Pharmacologic modulation of incretin pathophysiology by GLP-1 receptor agonists and DPP-4 inhibitors significantly improved glycemic control, benefited β-cell function, improved dyslipidemia, and lowered the risk of hypoglycemia compared with insulin and sulfonylureas. Unlike the DPP-4 inhibitors, GLP-1 receptor agonist therapy also produced weight loss, an important consideration given the close association among T2DM, overweight/obesity, and cardiovascular disease. The most common adverse events with GLP-1 receptor agonist therapy included nausea (28%-44%), vomiting (13%-17%), and diarrhea (11%-17%), which generally reduced in incidence and severity with continued therapy. The tolerability profile of the DPP-4 inhibitors was very good, with the incidence of adverse events similar to that of placebo. There was a suggestion of an increased incidence of nasopharyngitis versus placebo (5%-6% vs 3%-4%) with sitagliptin and urinary tract infection (6.8% vs 6.1% with placebo) and headache with saxagliptin (6.5% vs 5.9% with placebo).

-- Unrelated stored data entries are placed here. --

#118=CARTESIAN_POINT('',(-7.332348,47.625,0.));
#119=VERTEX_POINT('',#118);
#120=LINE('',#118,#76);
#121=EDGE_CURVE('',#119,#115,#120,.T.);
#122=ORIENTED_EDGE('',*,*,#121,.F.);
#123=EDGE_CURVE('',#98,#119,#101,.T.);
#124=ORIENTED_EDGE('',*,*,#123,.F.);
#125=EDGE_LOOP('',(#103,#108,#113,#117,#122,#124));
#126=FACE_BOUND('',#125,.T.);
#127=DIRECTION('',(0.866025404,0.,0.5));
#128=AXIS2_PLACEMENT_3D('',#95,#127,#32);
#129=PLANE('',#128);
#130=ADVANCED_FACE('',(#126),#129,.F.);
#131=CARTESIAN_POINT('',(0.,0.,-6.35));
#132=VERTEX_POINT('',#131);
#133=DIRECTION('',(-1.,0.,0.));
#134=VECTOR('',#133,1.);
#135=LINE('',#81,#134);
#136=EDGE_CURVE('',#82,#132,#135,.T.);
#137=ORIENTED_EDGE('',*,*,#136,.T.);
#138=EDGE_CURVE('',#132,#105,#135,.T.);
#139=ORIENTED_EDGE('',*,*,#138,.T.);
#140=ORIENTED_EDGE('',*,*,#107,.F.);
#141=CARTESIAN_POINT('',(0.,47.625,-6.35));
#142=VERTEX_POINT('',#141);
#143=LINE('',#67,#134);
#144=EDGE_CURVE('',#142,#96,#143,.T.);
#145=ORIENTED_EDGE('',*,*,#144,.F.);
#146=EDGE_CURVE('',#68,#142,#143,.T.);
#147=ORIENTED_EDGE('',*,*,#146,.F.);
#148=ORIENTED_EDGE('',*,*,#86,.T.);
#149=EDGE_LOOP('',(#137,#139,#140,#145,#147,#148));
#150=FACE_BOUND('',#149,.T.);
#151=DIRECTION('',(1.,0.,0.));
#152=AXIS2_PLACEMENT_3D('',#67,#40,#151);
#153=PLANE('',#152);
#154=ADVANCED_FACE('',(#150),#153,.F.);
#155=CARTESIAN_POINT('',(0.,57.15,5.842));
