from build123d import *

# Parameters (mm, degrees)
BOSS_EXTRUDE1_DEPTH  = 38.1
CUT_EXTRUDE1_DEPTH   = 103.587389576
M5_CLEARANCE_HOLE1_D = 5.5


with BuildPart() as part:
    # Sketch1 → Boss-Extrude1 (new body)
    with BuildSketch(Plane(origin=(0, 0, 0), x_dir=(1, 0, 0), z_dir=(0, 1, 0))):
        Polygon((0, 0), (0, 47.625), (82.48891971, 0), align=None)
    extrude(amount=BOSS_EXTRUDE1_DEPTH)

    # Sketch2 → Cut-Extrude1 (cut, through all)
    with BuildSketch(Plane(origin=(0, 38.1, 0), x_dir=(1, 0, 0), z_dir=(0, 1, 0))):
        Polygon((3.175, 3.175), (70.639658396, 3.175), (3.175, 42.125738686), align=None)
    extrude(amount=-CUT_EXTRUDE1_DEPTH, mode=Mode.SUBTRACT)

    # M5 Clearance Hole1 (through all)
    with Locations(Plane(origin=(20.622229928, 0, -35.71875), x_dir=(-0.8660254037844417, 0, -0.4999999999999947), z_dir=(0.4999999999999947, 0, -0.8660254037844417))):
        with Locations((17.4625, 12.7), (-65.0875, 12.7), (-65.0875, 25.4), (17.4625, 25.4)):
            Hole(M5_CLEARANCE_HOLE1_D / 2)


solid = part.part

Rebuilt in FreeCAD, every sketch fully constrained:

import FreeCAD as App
import Part
import Sketcher

V = App.Vector
Q = App.Units.Quantity

doc = App.newDocument("Part")
body = doc.addObject("PartDesign::Body", "Body")

# Sketch on XZ plane
sketch1 = body.newObject("Sketcher::SketchObject", "Sketch")
sketch1.AttachmentSupport = (doc.getObject("XZ_Plane"), [""])
sketch1.MapMode = "FlatFace"
sketch1.addGeometry([
    Part.LineSegment(V(0, -48, 0), V(0, 0, 0)),
    Part.LineSegment(V(0, 0, 0), V(82, 0, 0)),
    Part.LineSegment(V(82, 0, 0), V(0, -48, 0)),
], False)
sketch1.addConstraint([
    Sketcher.Constraint("Coincident", 0, 2, 1, 1),
    Sketcher.Constraint("Coincident", 1, 2, 2, 1),
    Sketcher.Constraint("Coincident", 2, 2, 0, 1),
    Sketcher.Constraint("Vertical", 0),
    Sketcher.Constraint("Horizontal", 1),
    Sketcher.Constraint("Coincident", 0, 2, -1, 1),
    Sketcher.Constraint("Angle", 2, Q("-150 deg")),
    Sketcher.Constraint("Distance", 2, Q("3.75 in")),
])
pad1 = body.newObject("PartDesign::Pad", "Pad")
pad1.Profile = sketch1
pad1.Length = Q("1.5 in")
pad1.Reversed = True

# Sketch on XZ plane
sketch2 = body.newObject("Sketcher::SketchObject", "Sketch001")
sketch2.AttachmentSupport = (doc.getObject("XZ_Plane"), [""])
sketch2.MapMode = "FlatFace"
sketch2.AttachmentOffset = App.Placement(V(0, 0, -1.5 * 25.4), App.Rotation())
sketch2.addGeometry([
    Part.LineSegment(V(3, -3, 0), V(71, -3, 0)),
    Part.LineSegment(V(71, -3, 0), V(3, -42, 0)),
    Part.LineSegment(V(3, -42, 0), V(3, -3, 0)),
], False)
sketch2.addConstraint([
    Sketcher.Constraint("Coincident", 0, 2, 1, 1),
    Sketcher.Constraint("Coincident", 1, 2, 2, 1),
    Sketcher.Constraint("Coincident", 2, 2, 0, 1),
    Sketcher.Constraint("Horizontal", 0),
    Sketcher.Constraint("Vertical", 2),
    Sketcher.Constraint("Angle", 1, Q("-150 deg")),
    Sketcher.Constraint("DistanceY", 0, 2, -1, 1, Q("0.125 in")),
    Sketcher.Constraint("DistanceX", -1, 1, 1, 2, Q("0.125 in")),
    Sketcher.Constraint("DistanceX", 0, 1, 0, 2, 67.464658),
])
pocket1 = body.newObject("PartDesign::Pocket", "Pocket")
pocket1.Profile = sketch2
pocket1.Type = "ThroughAll"
pocket1.Reversed = True

# Sketch on an angled plane
sketch3 = body.newObject("Sketcher::SketchObject", "Sketch002")
sketch3.Placement = App.Placement(V(20.62223, 0, -35.71875), App.Rotation(V(-0.866025404, 0, -0.5), V(0, 1, 0), V(0.5, 0, -0.866025404), "ZXY"))
sketch3.addGeometry([
    Part.Circle(V(17.5, 12.7, 0), V(0, 0, 1), 2.8),
    Part.Circle(V(-65.1, 12.7, 0), V(0, 0, 1), 2.8),
    Part.Circle(V(-65.1, 25.4, 0), V(0, 0, 1), 2.8),
    Part.Circle(V(17.5, 25.4, 0), V(0, 0, 1), 2.8),
], False)
sketch3.addConstraint([
    Sketcher.Constraint("Equal", 0, 1),
    Sketcher.Constraint("Equal", 1, 2),
    Sketcher.Constraint("Equal", 2, 3),
    Sketcher.Constraint("Horizontal", 0, 3, 1, 3),
    Sketcher.Constraint("Horizontal", 2, 3, 3, 3),
    Sketcher.Constraint("Vertical", 1, 3, 2, 3),
    Sketcher.Constraint("Vertical", 0, 3, 3, 3),
    Sketcher.Constraint("DistanceY", -1, 1, 2, 3, Q("1 in")),
    Sketcher.Constraint("DistanceY", -1, 1, 0, 3, Q("0.5 in")),
    Sketcher.Constraint("Diameter", 0, 5.5),
    Sketcher.Constraint("DistanceX", 1, 3, 0, 3, Q("3.25 in")),
    Sketcher.Constraint("DistanceX", -1, 1, 0, 3, Q("0.6875 in")),
])
doc.recompute()
hole = body.newObject("PartDesign::Hole", "Hole")
hole.Profile = sketch3
hole.ThreadType = "None"
hole.Diameter = 5.5
hole.DepthType = "ThroughAll"

doc.recompute()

The 2 incretin drug classes provided effective and consistent glycemic control with a good tolerability profile. These agents might also improve long-term β-cell function and either reduce body weight or be weight neutral. Their role in the therapeutic armamentarium of T2DM is evolving as their potential strengths and weaknesses become better defined.

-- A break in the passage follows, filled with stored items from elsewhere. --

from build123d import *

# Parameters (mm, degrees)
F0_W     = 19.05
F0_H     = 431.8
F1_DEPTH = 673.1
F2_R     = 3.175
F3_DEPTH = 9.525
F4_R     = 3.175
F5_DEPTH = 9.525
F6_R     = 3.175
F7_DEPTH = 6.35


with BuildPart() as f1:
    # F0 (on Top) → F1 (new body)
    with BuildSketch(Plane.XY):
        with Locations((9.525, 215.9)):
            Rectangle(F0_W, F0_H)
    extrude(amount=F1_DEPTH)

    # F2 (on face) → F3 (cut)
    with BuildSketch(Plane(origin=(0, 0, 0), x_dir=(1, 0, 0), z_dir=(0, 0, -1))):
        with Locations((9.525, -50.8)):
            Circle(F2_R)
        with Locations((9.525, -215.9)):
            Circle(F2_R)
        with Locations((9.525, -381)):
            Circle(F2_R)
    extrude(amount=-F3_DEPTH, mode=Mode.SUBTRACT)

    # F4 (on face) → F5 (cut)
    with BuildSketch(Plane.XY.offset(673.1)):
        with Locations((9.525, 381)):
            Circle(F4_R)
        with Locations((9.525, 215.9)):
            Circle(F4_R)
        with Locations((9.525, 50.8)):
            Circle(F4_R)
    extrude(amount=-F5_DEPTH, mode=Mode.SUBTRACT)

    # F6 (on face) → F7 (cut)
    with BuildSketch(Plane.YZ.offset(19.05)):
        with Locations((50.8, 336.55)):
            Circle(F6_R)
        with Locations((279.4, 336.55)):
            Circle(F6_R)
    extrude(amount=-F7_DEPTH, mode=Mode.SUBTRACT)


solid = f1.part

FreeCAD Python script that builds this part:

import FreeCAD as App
import Part
import Sketcher
Q = App.Units.Quantity

doc = App.newDocument("Part")
body = doc.addObject("PartDesign::Body", "Body")

# Sketch on XY plane
sketch1 = doc.addObject("Sketcher::SketchObject", "Sketch")
body.addObject(sketch1)
sketch1.AttachmentSupport = (doc.XY_Plane, [""])
sketch1.MapMode = "FlatFace"
sketch1.addGeometry([
    Part.LineSegment(App.Vector(0, 432, 0), App.Vector(0, 0, 0)),
    Part.LineSegment(App.Vector(0, 0, 0), App.Vector(19, 0, 0)),
    Part.LineSegment(App.Vector(19, 0, 0), App.Vector(19, 432, 0)),
    Part.LineSegment(App.Vector(19, 432, 0), App.Vector(0, 432, 0)),
], False)
sketch1.addConstraint([
    Sketcher.Constraint("Coincident", 0, 2, 1, 1),
    Sketcher.Constraint("Coincident", 1, 2, 2, 1),
    Sketcher.Constraint("Coincident", 2, 2, 3, 1),
    Sketcher.Constraint("Coincident", 3, 2, 0, 1),
    Sketcher.Constraint("Vertical", 0),
    Sketcher.Constraint("Horizontal", 1),
    Sketcher.Constraint("Vertical", 2),
    Sketcher.Constraint("Horizontal", 3),
    Sketcher.Constraint("Coincident", 0, 2, -1, 1),
    Sketcher.Constraint("DistanceY", 0, 2, 0, 1, Q("17 in")),
    Sketcher.Constraint("DistanceX", 1, 1, 1, 2, Q("0.75 in")),
])
pad1 = doc.addObject("PartDesign::Pad", "Pad")
body.addObject(pad1)
pad1.Profile = sketch1
pad1.Length = Q("26.5 in")

# Sketch on XY plane
sketch2 = doc.addObject("Sketcher::SketchObject", "Sketch001")
body.addObject(sketch2)
sketch2.AttachmentSupport = (doc.XY_Plane, [""])
sketch2.MapMode = "FlatFace"
sketch2.addGeometry([
    Part.Circle(App.Vector(9.5, 50.8, 0), App.Vector(0, 0, 1), 3.2),
    Part.Circle(App.Vector(9.5, 215.9, 0), App.Vector(0, 0, 1), 3.2),
    Part.Circle(App.Vector(9.5, 381, 0), App.Vector(0, 0, 1), 3.2),
], False)
sketch2.addConstraint([
    Sketcher.Constraint("Equal", 0, 1),
    Sketcher.Constraint("Equal", 1, 2),
    Sketcher.Constraint("Vertical", 0, 3, 1, 3),
    Sketcher.Constraint("Vertical", 1, 3, 2, 3),
    Sketcher.Constraint("Diameter", 0, Q("0.25 in")),
    Sketcher.Constraint("DistanceY", -1, 1, 0, 3, Q("2 in")),
    Sketcher.Constraint("DistanceY", -1, 1, 2, 3, Q("15 in")),
    Sketcher.Constraint("DistanceY", -1, 1, 1, 3, Q("8.5 in")),
    Sketcher.Constraint("DistanceX", -1, 1, 0, 3, Q("0.375 in")),
])
pocket1 = doc.addObject("PartDesign::Pocket", "Pocket")
body.addObject(pocket1)
pocket1.Profile = sketch2
pocket1.Length = Q("0.375 in")
pocket1.Reversed = True

# Sketch on XY plane
sketch3 = doc.addObject("Sketcher::SketchObject", "Sketch002")
body.addObject(sketch3)
sketch3.AttachmentSupport = (doc.XY_Plane, [""])
sketch3.MapMode = "FlatFace"
sketch3.AttachmentOffset = App.Placement(App.Vector(0, 0, 26.5 * 25.4), App.Rotation())
sketch3.addGeometry([
    Part.Circle(App.Vector(9.5, 381, 0), App.Vector(0, 0, 1), 3.2),
    Part.Circle(App.Vector(9.5, 215.9, 0), App.Vector(0, 0, 1), 3.2),
    Part.Circle(App.Vector(9.5, 50.8, 0), App.Vector(0, 0, 1), 3.2),
], False)
sketch3.addConstraint([
    Sketcher.Constraint("Equal", 0, 1),
    Sketcher.Constraint("Equal", 1, 2),
    Sketcher.Constraint("Vertical", 0, 3, 1, 3),
    Sketcher.Constraint("Vertical", 1, 3, 2, 3),
    Sketcher.Constraint("Diameter", 0, Q("0.25 in")),
    Sketcher.Constraint("DistanceY", -1, 1, 0, 3, Q("15 in")),
    Sketcher.Constraint("DistanceY", -1, 1, 2, 3, Q("2 in")),
    Sketcher.Constraint("DistanceY", -1, 1, 1, 3, Q("8.5 in")),
    Sketcher.Constraint("DistanceX", -1, 1, 0, 3, Q("0.375 in")),
])
pocket2 = doc.addObject("PartDesign::Pocket", "Pocket001")
body.addObject(pocket2)
pocket2.Profile = sketch3
pocket2.Length = Q("0.375 in")

# Sketch on YZ plane
sketch4 = doc.addObject("Sketcher::SketchObject", "Sketch003")
body.addObject(sketch4)
sketch4.AttachmentSupport = (doc.YZ_Plane, [""])
sketch4.MapMode = "FlatFace"
sketch4.AttachmentOffset = App.Placement(App.Vector(0, 0, 0.75 * 25.4), App.Rotation())
sketch4.addGeometry([
    Part.Circle(App.Vector(50.8, 336.6, 0), App.Vector(0, 0, 1), 3.2),
    Part.Circle(App.Vector(279.4, 336.6, 0), App.Vector(0, 0, 1), 3.2),
], False)
sketch4.addConstraint([
    Sketcher.Constraint("Equal", 0, 1),
    Sketcher.Constraint("Horizontal", 0, 3, 1, 3),
    Sketcher.Constraint("Diameter", 0, Q("0.25 in")),
    Sketcher.Constraint("DistanceX", -1, 1, 0, 3, Q("2 in")),
    Sketcher.Constraint("DistanceX", -1, 1, 1, 3, Q("11 in")),
    Sketcher.Constraint("DistanceY", -1, 1, 0, 3, Q("13.25 in")),
])
pocket3 = doc.addObject("PartDesign::Pocket", "Pocket002")
body.addObject(pocket3)
pocket3.Profile = sketch4
pocket3.Length = Q("0.25 in")

doc.recompute()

葡萄糖稳态是一系列激素(包括胰岛素、胰高血糖素、胰岛淀粉样多肽和肠促胰岛素)复杂相互作用的结果。肠促胰岛素是肠道内分泌细胞在进食后释放的。肠促胰岛素功能障碍以及其他一些缺陷与 2 型糖尿病(T2DM)的发病机制有关。恢复肠促胰岛素活性的疗法可能会降低糖尿病的病理生理后果。
本文旨在综述肠促胰岛素生理学,以及开发用于治疗 T2DM 的胰高血糖素样肽-1(GLP-1)受体激动剂和二肽基肽酶-4(DPP-4)抑制剂的研究。这些药物专门针对 T2DM 患者的肠促胰岛素反应减弱。
通过在 MEDLINE 和 EMBASE 数据库中使用“肠促胰岛素、2 型糖尿病、GLP-1、葡萄糖依赖性胰岛素释放肽和 DPP-4”等搜索词,检索了 1995 年至 2010 年期间的相关英文文献。选择了描述糖尿病和肠促胰岛素生理学在健康和 T2DM 中流行病学的相关细节的综述文章和临床前及临床试验进行综述和纳入。临床研究用于描述 GLP-1 受体激动剂和 DPP-4 抑制剂在 T2DM 患者中的临床疗效和安全性。选择了个别系统评价文章和/或汇总特定药物大量临床试验的荟萃分析,以总结关键数据。
与胰岛素和磺酰脲类药物相比,GLP-1 受体激动剂和 DPP-4 抑制剂对肠促胰岛素病理生理学的药物调节显著改善了血糖控制,有利于β细胞功能,改善了血脂异常,并降低了低血糖风险。与 DPP-4 抑制剂不同,GLP-1 受体激动剂治疗还可导致体重减轻,鉴于 T2DM、超重/肥胖和心血管疾病之间的密切关联,这是一个重要的考虑因素。GLP-1 受体激动剂治疗最常见的不良反应包括恶心(28%-44%)、呕吐(13%-17%)和腹泻(11%-17%),随着持续治疗,这些不良反应的发生率和严重程度通常会降低。DPP-4 抑制剂的耐受性良好,不良反应的发生率与安慰剂相似。与安慰剂相比,西格列汀的不良反应发生率略有增加(5%-6%比 3%-4%),尿路感染(6.8%比安慰剂 6.1%)和头痛(6.5%比安慰剂 5.9%)发生 saxagliptin。
这 2 种肠促胰岛素药物类别提供了有效的、一致的血糖控制,具有良好的耐受性。这些药物还可能改善长期的β细胞功能,或减轻体重,或保持体重不变。随着对它们的潜在优势和劣势的认识不断加深,它们在 T2DM 治疗武器库中的作用正在不断发展。